Here are a few grounding techniques you can try, to get started and lead you to find what works best for you:

  • Nature Immersion Therapy: lay down, sit, stand barefoot, or even walk on the grass/sand/dirt.
  • Submersing in Water: walking through a clear lake, swimming in the ocean, gently floating in a bath, sitting/standing in the shower, putting your hands in running water and slightly change the water temperature to feel the difference, even splashing water on your face.
  • Body Scan: Focus on points of contact – if you’re seated (the parts of your body touching the chair, how they feel, how the chair feels) or standing (where your feet are touching the ground, how are you standing), what do the clothes on your body feel like against your skin, when breathing how does your chest move (continue your focus out) what are your abdominal muscles doing in response and so on.
  • Spatial Awareness: What’s around you and where are you in relation to it, use your five senses what can you see, hear, smell, taste and feel? Is there one sense in particular you can focus on, if not all, for example, what do you hear right nearby and continue out until you reach as far as you can hear?
  • Anchoring Phrase: Say who you are, your age, where you are, what you just did, what you are doing, what you’re going to do next. You can add more statements, change some and use as much detail as you want.
  • Breathing: Sometimes just breathing can help, take ten breaths, make sure they’re deep and slow, focus on the air as it comes in and as it goes out, focus on how it feels to have the air enter and exit your lungs, and quietly say the number of the breath with each exhale.
  • Food and Drink: do you have a glass or mug in your hands, hold it and feel the temperature as it moves through your hands and slightly up your arms. What does your drink or food look like, what is it doing to the air around it, is there steam or does the air feel cool when you put your hand close to it? Have a small sip or bite of something and move it around your mouth, how does it taste and feel? Is there ice or condensation, how long does it take to start melting, allow the melting process to capture your full attention and solely focus on that.
  • Movement: Get up and walk around, stretch, stamp your feet or clap your hands, feel that sensation of impact and connection as your feet touch the ground with every step, and listen to the sounds made.
  • Gardening: If you have a garden or like gardening, connect with the soil and plants through your fingers by tending to them.
  • Visualisation: Imagine roots growing from where you are connecting with the earth, see how it stabilises you, anchoring you in place, as you breathe deep and slow breaths the roots grow, they’re not constricting, they’re just here for support and stability, allow yourself to take comfort in yourself and your location.
  • Grounding Equipment: There are also grounding mats, sheets, socks and other equipment that replicate the electric current of the earth so that you may ground yourself indoors if going outside isn’t an option.

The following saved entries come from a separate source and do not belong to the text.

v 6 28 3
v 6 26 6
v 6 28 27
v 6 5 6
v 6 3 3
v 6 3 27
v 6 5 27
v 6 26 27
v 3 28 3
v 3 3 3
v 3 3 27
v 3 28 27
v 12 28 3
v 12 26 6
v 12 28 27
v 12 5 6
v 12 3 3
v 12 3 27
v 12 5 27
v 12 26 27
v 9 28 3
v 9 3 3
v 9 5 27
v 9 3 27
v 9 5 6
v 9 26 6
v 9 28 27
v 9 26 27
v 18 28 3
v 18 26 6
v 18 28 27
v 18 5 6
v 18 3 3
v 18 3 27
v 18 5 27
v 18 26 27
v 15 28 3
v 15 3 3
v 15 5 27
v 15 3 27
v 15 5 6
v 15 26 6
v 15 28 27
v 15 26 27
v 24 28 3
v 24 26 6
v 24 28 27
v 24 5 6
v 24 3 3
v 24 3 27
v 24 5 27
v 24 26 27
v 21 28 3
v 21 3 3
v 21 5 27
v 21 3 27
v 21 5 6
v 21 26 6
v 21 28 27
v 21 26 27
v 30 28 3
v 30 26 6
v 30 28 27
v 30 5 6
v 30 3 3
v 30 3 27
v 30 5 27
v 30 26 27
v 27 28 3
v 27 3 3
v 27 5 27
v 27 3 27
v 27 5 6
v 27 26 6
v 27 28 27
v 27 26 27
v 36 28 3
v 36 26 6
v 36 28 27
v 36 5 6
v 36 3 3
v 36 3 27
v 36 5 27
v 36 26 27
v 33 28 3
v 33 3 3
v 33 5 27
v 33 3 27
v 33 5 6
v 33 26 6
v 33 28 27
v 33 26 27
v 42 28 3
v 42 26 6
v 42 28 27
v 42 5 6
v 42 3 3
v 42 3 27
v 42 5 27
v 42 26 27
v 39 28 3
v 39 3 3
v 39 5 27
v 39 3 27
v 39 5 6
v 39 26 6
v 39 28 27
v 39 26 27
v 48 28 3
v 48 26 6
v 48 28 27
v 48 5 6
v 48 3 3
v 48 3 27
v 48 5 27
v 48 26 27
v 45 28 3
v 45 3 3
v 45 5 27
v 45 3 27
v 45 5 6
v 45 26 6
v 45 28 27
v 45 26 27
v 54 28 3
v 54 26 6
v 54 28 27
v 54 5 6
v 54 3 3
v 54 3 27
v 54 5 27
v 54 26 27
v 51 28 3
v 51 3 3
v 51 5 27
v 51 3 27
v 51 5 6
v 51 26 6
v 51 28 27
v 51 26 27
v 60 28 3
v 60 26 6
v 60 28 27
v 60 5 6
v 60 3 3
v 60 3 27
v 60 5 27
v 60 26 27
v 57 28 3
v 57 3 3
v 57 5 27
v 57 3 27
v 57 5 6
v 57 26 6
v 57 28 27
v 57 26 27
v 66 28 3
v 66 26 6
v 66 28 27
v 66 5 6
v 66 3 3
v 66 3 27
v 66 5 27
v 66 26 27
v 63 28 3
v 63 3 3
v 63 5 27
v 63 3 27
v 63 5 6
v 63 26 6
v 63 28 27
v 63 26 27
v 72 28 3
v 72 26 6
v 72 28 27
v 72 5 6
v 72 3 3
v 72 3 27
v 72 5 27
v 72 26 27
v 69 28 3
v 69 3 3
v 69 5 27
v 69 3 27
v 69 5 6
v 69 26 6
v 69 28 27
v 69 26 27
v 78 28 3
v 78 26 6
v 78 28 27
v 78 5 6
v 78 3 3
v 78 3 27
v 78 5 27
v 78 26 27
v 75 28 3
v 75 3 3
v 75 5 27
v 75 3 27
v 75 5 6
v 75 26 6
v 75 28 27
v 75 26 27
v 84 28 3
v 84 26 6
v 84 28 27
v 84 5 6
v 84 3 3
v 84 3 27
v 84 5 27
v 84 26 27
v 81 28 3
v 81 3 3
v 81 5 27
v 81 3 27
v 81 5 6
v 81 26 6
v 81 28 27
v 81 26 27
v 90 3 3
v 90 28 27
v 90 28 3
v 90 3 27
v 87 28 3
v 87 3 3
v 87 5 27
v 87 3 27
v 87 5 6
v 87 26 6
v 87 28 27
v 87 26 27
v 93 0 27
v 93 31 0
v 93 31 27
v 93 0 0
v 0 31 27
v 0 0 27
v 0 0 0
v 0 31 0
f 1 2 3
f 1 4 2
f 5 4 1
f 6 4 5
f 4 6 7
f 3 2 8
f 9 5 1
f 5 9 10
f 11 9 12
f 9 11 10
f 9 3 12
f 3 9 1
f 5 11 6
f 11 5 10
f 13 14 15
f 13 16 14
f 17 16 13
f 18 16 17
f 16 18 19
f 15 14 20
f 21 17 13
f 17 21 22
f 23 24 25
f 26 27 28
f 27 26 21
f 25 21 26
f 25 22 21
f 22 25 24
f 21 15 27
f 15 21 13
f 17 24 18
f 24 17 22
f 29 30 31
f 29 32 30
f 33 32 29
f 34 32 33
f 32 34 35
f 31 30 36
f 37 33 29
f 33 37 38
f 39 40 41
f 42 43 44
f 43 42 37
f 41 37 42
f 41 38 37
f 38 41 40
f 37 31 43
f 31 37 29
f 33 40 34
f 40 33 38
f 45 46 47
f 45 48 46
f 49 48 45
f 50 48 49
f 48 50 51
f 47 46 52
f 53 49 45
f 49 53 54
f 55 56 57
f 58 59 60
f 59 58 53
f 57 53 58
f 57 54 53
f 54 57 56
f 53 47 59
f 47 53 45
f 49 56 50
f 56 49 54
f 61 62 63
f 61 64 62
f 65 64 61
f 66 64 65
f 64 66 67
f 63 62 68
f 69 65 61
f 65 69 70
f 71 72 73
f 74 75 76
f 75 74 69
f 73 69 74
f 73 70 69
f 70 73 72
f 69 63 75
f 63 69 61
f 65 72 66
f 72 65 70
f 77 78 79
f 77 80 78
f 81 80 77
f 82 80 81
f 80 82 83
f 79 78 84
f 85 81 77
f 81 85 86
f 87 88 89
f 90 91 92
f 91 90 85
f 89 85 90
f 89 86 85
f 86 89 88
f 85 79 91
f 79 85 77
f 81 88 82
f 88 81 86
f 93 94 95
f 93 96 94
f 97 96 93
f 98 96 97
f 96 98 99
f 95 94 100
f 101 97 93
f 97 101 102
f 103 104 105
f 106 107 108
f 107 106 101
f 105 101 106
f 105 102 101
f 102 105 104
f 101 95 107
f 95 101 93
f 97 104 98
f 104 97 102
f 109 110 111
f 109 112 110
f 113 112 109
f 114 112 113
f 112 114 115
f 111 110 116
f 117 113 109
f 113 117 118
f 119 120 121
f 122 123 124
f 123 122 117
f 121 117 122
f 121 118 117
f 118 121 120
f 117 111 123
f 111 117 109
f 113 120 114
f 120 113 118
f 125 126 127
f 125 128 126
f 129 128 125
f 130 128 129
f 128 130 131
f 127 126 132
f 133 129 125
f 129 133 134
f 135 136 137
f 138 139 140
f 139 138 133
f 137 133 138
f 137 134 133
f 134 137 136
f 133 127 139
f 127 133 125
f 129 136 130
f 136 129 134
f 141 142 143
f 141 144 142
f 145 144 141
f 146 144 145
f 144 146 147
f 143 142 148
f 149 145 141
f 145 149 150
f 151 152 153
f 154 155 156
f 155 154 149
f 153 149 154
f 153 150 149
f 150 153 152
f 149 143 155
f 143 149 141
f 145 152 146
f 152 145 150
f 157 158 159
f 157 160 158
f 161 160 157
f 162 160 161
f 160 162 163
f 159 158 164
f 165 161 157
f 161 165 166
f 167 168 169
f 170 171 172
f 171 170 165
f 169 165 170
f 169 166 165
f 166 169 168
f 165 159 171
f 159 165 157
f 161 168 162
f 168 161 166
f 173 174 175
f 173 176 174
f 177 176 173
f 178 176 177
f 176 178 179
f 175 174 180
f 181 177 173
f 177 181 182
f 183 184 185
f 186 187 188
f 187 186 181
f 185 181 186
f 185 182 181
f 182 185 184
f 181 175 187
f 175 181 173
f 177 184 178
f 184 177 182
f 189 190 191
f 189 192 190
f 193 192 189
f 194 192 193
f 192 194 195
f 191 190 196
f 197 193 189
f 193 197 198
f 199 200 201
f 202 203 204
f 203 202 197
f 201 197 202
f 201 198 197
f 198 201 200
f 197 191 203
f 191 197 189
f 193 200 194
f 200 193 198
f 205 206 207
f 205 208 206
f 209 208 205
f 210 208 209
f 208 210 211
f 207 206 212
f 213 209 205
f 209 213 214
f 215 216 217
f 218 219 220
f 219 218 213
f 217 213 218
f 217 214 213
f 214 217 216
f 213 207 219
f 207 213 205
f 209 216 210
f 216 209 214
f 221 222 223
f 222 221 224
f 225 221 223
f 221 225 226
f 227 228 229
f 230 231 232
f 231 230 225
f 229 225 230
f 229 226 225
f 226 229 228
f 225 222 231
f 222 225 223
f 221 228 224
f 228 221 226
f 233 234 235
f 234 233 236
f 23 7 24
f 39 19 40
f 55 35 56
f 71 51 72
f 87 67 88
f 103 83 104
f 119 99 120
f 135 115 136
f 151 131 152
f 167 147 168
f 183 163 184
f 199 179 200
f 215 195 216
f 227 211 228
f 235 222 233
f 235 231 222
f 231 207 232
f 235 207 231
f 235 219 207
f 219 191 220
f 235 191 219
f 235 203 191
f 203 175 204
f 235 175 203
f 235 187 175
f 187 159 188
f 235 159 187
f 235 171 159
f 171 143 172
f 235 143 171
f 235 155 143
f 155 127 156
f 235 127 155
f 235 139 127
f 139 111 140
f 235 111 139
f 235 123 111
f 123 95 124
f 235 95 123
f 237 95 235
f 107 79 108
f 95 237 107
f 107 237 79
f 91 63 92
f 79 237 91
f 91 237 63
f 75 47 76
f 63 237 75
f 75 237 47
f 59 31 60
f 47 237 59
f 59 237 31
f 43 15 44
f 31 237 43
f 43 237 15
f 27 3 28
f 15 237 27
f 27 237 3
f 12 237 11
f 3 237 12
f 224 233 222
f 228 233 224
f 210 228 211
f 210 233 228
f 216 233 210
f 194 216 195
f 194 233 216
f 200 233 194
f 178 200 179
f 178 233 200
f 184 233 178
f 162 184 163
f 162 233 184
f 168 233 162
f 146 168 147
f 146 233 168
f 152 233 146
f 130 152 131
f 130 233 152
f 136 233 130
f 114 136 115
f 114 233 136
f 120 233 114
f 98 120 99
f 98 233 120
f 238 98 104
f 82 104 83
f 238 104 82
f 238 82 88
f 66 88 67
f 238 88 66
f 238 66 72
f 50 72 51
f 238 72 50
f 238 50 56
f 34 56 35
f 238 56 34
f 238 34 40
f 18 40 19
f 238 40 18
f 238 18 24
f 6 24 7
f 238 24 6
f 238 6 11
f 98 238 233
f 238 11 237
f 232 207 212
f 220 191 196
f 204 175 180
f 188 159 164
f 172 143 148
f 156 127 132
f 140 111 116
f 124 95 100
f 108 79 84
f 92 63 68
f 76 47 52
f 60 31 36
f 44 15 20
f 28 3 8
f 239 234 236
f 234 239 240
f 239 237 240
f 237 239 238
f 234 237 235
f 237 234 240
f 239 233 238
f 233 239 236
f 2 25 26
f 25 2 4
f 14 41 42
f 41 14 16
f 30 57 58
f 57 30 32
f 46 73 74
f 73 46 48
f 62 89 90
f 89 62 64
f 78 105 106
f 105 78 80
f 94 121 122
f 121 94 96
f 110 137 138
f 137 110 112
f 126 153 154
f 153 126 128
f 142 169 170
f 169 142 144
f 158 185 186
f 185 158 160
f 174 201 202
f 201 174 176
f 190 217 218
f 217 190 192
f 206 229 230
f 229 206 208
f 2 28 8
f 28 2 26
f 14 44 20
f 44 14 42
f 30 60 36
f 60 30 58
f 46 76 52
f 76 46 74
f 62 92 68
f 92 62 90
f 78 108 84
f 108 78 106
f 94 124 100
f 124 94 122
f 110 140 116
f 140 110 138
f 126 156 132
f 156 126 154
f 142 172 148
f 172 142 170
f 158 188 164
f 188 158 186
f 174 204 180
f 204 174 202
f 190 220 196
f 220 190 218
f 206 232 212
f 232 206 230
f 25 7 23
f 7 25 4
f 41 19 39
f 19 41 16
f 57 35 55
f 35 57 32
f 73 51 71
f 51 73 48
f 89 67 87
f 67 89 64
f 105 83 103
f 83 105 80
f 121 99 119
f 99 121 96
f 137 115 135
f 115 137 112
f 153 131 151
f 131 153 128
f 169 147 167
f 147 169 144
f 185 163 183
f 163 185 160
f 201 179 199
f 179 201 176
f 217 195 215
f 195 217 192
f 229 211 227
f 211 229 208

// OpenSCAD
/*[Settings]*/
//Amount of SD-Card slots you want ?
Amount = 15; // [5:1:30]

/*[Extra]*/
// How do you want the sides ?
Sides = "Closed" ; // [Open,Closed,Halfway,Qaurter]

// do you want stackable boxes ?
StackableOnSide = "None" ; // [Left,Right,Both,None]

Device_Lenght = Amount*6+3;

difference () {
    translate ([0,0,0]) cube ([Device_Lenght,31,27]);
    translate ([-1,5,6]) cube ([Device_Lenght+1,21,27]);
    for (a =[3:6:Device_Lenght]){translate ([a,3,3]) cube ([3,25,32]);}
}

if (Sides == "Closed") {
    translate ([0,0,0]) cube ([3,31,27]);
    translate ([Device_Lenght-3,0,0]) cube ([3,31,27]);
}
if (Sides == "Qaurter") {
    translate ([0,0,0]) cube ([3,31,20]);
    translate ([Device_Lenght-3,0,0]) cube ([3,31,20]);
}
if (Sides == "Halfway") {
    translate ([0,0,0]) cube ([3,31,13]);
    translate ([Device_Lenght-3,0,0]) cube ([3,31,13]);
}

if (StackableOnSide == "Left") {
    difference () {
        translate ([0,31,0]) cube ([Device_Lenght,3,25]);
        for (a =[5:20:Device_Lenght]){translate ([a-0.10,31,0]) cube ([3.20,3,25]);}
    }
}
if (StackableOnSide == "Right") {
    for (a =[5:20:Device_Lenght]){translate ([a,-3,0]) cube ([3,3,25]);}    
}
if (StackableOnSide == "Both") {
    difference () {
        translate ([0,31,0]) cube ([Device_Lenght,3,25]);
        for (a =[5:20:Device_Lenght]){translate ([a-0.10,31,0]) cube ([3.20,3,25]);}
    }
    for (a =[5:20:Device_Lenght]){translate ([a,-3,0]) cube ([3,3,25]);}    
}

These are just a few examples of the many different grounding techniques out there that you could try.


Many grounding advocates recommend being outside when using grounding techniques as that can make them more effective (be sure to practice any of these actions safely and away from dangers).

Grounding isn’t always going to be easy, it can take some time to learn the techniques and find what works for you in which situations so it’s important to practice, not overthink your actions, stick with what makes you feel comfortable, don’t focus on how you mentally or emotionally feel during the exercise and check in with yourself to see what’s working and what isn’t by taking note of your distress before and after your exercises if you can.

You might even find keeping track of the grounding exercises you’re doing and what about them worked, what didn’t and what you might want to change in the future can help you find or even create the best grounding techniques for you.